* PROBLEM TO SOLVE:
One part of the entries below is wanted: the lines from the one containing "#70=LINE('',#30,#69);" through the one containing "#113=EDGE_CURVE('',#105,#53,#112,.T.);". Write those out exactly and nothing else.

* SUPPLIED DATA:
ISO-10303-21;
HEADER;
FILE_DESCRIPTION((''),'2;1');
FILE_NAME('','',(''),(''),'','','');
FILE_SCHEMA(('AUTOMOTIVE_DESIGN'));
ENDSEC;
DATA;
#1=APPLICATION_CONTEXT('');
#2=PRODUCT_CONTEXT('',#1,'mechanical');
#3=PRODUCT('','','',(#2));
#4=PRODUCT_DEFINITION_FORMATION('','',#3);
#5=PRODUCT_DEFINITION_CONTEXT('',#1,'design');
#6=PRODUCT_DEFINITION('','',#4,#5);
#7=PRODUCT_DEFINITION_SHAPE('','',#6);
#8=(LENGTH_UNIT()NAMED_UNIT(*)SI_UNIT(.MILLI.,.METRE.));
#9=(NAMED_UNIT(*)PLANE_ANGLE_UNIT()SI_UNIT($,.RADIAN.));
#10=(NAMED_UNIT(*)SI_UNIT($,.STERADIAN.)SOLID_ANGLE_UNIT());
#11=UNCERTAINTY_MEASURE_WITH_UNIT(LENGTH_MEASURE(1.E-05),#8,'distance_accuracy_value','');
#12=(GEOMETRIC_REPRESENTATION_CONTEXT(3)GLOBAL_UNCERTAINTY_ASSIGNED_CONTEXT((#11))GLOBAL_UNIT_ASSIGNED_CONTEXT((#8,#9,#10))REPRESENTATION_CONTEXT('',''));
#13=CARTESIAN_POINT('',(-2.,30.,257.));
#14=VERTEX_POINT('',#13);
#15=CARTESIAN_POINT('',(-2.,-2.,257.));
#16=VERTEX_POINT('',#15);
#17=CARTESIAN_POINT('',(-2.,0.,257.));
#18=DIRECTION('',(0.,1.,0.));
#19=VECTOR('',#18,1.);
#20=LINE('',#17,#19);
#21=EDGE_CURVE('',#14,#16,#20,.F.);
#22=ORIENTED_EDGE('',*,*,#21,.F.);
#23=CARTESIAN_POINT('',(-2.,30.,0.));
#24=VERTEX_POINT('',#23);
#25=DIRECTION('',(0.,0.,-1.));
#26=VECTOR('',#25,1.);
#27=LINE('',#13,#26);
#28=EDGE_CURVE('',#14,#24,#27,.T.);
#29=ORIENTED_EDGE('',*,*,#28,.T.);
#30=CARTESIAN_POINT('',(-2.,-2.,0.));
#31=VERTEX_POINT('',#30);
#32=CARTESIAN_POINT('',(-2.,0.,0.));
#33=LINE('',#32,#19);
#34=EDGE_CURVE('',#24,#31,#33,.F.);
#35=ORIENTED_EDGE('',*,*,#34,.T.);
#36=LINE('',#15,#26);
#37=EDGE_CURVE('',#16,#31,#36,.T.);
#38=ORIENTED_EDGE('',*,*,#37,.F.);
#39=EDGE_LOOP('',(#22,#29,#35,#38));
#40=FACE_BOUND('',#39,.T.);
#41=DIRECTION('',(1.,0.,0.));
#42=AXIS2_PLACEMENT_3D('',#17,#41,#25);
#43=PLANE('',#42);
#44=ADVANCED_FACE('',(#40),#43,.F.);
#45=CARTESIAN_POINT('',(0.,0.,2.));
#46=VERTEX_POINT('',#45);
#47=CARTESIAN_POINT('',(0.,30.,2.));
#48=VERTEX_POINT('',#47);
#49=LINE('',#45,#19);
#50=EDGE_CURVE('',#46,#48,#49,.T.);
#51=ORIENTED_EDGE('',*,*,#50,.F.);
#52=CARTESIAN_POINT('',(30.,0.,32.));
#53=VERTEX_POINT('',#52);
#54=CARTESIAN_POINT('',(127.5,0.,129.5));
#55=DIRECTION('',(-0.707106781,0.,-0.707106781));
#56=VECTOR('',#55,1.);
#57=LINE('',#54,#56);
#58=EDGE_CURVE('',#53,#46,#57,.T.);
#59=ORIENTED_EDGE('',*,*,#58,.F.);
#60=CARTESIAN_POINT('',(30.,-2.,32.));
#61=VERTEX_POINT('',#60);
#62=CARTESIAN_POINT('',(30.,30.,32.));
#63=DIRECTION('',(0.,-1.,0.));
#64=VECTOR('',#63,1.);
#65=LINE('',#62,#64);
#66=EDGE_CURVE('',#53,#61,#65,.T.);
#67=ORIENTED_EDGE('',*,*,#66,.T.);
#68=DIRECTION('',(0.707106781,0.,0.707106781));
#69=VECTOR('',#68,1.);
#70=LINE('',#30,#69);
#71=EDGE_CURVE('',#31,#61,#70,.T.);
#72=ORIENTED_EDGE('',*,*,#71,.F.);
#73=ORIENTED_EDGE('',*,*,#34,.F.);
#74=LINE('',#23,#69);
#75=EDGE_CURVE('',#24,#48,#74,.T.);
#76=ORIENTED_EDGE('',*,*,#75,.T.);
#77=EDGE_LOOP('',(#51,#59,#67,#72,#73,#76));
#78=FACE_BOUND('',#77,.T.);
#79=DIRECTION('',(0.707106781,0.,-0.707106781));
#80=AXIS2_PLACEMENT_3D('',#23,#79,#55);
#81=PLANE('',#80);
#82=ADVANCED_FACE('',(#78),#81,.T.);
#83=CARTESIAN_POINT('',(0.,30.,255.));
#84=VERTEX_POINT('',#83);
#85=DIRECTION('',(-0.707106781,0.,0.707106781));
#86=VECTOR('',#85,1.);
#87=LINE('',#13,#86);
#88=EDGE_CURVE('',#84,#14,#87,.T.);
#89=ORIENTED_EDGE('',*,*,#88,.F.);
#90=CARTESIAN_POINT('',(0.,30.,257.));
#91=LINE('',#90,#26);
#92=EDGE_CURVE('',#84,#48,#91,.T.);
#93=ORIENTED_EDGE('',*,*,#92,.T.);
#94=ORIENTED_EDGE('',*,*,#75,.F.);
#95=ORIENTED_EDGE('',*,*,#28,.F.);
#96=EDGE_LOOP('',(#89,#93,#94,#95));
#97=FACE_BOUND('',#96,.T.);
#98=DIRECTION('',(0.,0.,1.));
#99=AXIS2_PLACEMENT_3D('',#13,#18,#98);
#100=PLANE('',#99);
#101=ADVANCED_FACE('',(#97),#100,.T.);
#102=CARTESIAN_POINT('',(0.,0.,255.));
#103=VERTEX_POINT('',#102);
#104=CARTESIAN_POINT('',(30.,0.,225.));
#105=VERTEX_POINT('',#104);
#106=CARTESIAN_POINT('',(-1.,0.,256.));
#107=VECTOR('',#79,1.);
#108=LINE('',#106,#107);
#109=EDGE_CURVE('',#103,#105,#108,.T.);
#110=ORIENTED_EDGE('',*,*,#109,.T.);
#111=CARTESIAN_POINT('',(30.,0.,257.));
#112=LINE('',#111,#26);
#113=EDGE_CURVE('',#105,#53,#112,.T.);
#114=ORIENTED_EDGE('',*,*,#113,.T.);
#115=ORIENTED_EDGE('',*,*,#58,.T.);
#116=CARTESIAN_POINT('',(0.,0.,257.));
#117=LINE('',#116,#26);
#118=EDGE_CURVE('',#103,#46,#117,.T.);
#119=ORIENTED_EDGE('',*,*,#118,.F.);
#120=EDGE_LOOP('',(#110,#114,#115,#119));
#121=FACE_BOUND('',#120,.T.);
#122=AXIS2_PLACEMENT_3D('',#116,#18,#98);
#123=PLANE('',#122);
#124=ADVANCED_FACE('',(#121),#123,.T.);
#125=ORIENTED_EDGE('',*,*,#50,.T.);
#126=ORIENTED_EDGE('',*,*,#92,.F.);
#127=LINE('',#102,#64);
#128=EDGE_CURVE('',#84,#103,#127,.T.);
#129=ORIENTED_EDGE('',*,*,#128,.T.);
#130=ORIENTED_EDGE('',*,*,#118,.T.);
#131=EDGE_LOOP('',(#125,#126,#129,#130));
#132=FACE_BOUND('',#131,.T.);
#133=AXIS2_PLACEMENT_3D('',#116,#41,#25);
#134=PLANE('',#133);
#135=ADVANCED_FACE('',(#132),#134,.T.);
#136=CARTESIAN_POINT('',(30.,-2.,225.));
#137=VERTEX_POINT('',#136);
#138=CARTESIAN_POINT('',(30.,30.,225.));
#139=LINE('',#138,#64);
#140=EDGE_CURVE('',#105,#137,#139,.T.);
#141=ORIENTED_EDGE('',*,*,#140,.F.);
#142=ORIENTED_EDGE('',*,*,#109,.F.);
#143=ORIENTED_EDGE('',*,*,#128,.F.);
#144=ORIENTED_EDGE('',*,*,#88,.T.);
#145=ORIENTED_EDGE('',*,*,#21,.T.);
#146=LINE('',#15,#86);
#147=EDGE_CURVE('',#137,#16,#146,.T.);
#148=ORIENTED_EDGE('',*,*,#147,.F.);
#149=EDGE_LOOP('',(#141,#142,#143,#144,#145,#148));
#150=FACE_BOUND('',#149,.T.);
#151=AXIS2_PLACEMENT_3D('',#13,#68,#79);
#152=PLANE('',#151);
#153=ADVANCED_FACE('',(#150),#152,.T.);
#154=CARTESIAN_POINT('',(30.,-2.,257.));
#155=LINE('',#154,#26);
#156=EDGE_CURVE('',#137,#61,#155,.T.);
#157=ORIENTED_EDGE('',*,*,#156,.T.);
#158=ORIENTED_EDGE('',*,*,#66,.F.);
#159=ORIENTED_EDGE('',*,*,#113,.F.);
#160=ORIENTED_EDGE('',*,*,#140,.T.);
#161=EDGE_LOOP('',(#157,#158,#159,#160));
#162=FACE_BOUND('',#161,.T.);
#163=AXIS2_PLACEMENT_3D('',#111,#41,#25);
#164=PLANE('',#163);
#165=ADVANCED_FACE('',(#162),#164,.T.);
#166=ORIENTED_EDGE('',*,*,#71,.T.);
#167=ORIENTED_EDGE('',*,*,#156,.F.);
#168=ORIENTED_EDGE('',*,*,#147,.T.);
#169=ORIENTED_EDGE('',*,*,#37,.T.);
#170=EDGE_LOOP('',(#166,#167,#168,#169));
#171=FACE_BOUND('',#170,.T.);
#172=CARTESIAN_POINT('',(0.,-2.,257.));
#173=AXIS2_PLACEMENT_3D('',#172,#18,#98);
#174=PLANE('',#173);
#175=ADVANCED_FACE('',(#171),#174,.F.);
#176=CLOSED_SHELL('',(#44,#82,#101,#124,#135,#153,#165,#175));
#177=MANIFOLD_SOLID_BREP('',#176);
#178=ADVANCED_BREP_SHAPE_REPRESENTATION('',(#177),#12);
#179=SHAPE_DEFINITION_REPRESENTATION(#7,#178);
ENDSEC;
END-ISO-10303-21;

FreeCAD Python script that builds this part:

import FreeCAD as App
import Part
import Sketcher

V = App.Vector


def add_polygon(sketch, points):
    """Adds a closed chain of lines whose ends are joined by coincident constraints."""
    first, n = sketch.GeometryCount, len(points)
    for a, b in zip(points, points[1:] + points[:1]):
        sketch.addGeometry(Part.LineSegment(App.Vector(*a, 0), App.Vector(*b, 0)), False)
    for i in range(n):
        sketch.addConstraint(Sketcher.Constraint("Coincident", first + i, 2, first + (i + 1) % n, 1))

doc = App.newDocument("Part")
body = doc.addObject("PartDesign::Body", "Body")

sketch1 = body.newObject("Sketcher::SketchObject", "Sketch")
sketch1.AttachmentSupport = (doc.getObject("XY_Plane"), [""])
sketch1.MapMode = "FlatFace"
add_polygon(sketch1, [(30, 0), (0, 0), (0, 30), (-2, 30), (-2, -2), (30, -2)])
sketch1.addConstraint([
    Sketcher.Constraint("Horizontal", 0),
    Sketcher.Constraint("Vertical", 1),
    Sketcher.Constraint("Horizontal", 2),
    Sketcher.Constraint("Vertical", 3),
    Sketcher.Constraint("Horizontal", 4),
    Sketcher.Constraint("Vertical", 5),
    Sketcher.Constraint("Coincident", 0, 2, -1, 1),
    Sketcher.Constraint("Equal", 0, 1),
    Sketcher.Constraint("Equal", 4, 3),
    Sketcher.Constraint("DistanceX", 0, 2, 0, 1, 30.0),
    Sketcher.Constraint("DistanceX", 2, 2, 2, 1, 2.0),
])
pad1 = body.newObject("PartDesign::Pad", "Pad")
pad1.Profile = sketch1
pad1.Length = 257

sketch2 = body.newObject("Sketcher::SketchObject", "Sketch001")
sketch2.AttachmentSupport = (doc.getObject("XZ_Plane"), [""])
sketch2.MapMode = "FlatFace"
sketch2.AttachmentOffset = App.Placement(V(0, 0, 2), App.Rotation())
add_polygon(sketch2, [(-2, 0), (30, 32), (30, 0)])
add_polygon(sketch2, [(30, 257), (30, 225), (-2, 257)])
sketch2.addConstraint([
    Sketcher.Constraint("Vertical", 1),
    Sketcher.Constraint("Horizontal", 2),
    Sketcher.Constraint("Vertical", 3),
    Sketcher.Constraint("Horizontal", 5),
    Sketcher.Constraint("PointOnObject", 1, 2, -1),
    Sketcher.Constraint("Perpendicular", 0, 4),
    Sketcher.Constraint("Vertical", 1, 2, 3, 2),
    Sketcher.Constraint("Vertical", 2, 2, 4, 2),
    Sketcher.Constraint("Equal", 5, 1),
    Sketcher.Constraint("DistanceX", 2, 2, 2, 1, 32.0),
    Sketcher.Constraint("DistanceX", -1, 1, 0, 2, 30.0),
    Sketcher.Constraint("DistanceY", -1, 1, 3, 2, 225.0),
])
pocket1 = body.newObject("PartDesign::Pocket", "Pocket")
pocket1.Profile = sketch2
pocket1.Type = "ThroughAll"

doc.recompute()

==

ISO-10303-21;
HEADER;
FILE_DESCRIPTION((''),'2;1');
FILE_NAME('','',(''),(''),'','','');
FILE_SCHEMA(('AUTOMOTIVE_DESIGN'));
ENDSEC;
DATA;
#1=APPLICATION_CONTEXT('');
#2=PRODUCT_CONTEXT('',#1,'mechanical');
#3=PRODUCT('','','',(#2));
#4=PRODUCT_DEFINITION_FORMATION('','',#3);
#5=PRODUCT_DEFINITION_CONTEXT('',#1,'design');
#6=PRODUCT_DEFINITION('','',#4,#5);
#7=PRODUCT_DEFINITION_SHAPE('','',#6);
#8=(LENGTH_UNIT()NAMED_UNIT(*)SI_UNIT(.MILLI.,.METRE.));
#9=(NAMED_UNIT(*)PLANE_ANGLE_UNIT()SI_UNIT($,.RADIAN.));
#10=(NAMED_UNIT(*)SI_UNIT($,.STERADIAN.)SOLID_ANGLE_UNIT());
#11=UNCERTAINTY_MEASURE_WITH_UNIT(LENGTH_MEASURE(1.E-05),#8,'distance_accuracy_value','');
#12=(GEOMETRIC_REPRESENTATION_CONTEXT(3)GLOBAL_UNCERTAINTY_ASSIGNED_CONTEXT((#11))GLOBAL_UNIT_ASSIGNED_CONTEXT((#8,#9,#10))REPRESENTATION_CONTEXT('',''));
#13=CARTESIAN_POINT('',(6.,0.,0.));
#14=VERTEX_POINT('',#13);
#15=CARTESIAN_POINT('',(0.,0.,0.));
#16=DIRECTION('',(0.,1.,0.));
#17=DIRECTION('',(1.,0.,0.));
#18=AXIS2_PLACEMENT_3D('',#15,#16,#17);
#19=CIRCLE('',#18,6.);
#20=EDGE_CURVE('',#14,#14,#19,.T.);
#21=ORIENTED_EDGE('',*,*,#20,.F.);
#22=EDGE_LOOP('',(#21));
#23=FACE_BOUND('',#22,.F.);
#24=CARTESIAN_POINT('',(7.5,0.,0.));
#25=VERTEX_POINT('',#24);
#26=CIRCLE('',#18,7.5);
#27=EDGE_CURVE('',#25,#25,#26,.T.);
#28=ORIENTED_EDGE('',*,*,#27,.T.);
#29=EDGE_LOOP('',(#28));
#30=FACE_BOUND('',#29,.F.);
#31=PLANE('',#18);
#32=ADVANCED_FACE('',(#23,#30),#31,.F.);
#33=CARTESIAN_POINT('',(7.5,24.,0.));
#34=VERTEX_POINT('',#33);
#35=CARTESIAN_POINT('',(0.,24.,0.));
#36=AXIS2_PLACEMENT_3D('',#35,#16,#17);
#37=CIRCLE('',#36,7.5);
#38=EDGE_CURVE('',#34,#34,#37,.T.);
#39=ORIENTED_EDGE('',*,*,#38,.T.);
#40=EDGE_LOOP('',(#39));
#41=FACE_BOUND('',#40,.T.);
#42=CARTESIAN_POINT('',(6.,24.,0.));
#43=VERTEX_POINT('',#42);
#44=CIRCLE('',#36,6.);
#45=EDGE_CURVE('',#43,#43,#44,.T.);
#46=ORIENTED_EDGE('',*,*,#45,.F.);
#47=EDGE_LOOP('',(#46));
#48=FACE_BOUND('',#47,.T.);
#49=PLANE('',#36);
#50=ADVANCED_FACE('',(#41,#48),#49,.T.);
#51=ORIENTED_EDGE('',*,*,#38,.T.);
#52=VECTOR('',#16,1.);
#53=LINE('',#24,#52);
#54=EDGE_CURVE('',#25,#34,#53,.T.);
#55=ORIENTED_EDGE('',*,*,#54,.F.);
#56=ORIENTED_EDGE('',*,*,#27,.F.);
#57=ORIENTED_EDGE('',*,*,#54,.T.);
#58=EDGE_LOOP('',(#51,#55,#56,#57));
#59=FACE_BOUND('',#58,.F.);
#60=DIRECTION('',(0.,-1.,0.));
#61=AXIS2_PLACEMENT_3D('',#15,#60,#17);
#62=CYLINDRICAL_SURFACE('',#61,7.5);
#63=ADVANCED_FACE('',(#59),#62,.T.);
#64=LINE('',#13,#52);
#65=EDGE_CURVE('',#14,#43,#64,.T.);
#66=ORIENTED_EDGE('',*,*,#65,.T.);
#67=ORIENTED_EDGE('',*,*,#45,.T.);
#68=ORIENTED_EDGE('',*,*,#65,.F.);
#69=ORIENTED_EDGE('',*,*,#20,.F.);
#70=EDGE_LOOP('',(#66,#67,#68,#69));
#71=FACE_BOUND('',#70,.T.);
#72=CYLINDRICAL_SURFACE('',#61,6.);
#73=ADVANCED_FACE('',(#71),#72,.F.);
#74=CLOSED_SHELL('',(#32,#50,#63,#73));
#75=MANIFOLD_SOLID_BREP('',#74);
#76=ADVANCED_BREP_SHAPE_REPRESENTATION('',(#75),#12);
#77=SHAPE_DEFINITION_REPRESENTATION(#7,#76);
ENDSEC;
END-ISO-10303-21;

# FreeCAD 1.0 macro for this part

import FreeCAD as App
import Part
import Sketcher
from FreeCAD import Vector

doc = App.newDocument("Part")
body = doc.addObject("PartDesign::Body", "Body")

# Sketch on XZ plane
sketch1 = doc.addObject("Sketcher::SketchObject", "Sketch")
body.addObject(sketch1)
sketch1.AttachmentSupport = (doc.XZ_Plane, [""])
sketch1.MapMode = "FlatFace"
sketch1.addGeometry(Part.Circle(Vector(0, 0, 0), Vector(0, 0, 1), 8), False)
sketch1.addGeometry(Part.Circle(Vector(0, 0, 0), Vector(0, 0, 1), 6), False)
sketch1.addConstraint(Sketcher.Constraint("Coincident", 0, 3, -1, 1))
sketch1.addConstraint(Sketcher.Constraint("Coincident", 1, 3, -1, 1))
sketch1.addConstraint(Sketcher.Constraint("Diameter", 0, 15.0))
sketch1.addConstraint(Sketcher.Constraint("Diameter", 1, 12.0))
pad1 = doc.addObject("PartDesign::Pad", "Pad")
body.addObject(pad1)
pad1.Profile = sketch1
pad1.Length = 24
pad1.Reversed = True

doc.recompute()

* EXERCISE SOLUTION:
#70=LINE('',#30,#69);
#71=EDGE_CURVE('',#31,#61,#70,.T.);
#72=ORIENTED_EDGE('',*,*,#71,.F.);
#73=ORIENTED_EDGE('',*,*,#34,.F.);
#74=LINE('',#23,#69);
#75=EDGE_CURVE('',#24,#48,#74,.T.);
#76=ORIENTED_EDGE('',*,*,#75,.T.);
#77=EDGE_LOOP('',(#51,#59,#67,#72,#73,#76));
#78=FACE_BOUND('',#77,.T.);
#79=DIRECTION('',(0.707106781,0.,-0.707106781));
#80=AXIS2_PLACEMENT_3D('',#23,#79,#55);
#81=PLANE('',#80);
#82=ADVANCED_FACE('',(#78),#81,.T.);
#83=CARTESIAN_POINT('',(0.,30.,255.));
#84=VERTEX_POINT('',#83);
#85=DIRECTION('',(-0.707106781,0.,0.707106781));
#86=VECTOR('',#85,1.);
#87=LINE('',#13,#86);
#88=EDGE_CURVE('',#84,#14,#87,.T.);
#89=ORIENTED_EDGE('',*,*,#88,.F.);
#90=CARTESIAN_POINT('',(0.,30.,257.));
#91=LINE('',#90,#26);
#92=EDGE_CURVE('',#84,#48,#91,.T.);
#93=ORIENTED_EDGE('',*,*,#92,.T.);
#94=ORIENTED_EDGE('',*,*,#75,.F.);
#95=ORIENTED_EDGE('',*,*,#28,.F.);
#96=EDGE_LOOP('',(#89,#93,#94,#95));
#97=FACE_BOUND('',#96,.T.);
#98=DIRECTION('',(0.,0.,1.));
#99=AXIS2_PLACEMENT_3D('',#13,#18,#98);
#100=PLANE('',#99);
#101=ADVANCED_FACE('',(#97),#100,.T.);
#102=CARTESIAN_POINT('',(0.,0.,255.));
#103=VERTEX_POINT('',#102);
#104=CARTESIAN_POINT('',(30.,0.,225.));
#105=VERTEX_POINT('',#104);
#106=CARTESIAN_POINT('',(-1.,0.,256.));
#107=VECTOR('',#79,1.);
#108=LINE('',#106,#107);
#109=EDGE_CURVE('',#103,#105,#108,.T.);
#110=ORIENTED_EDGE('',*,*,#109,.T.);
#111=CARTESIAN_POINT('',(30.,0.,257.));
#112=LINE('',#111,#26);
#113=EDGE_CURVE('',#105,#53,#112,.T.);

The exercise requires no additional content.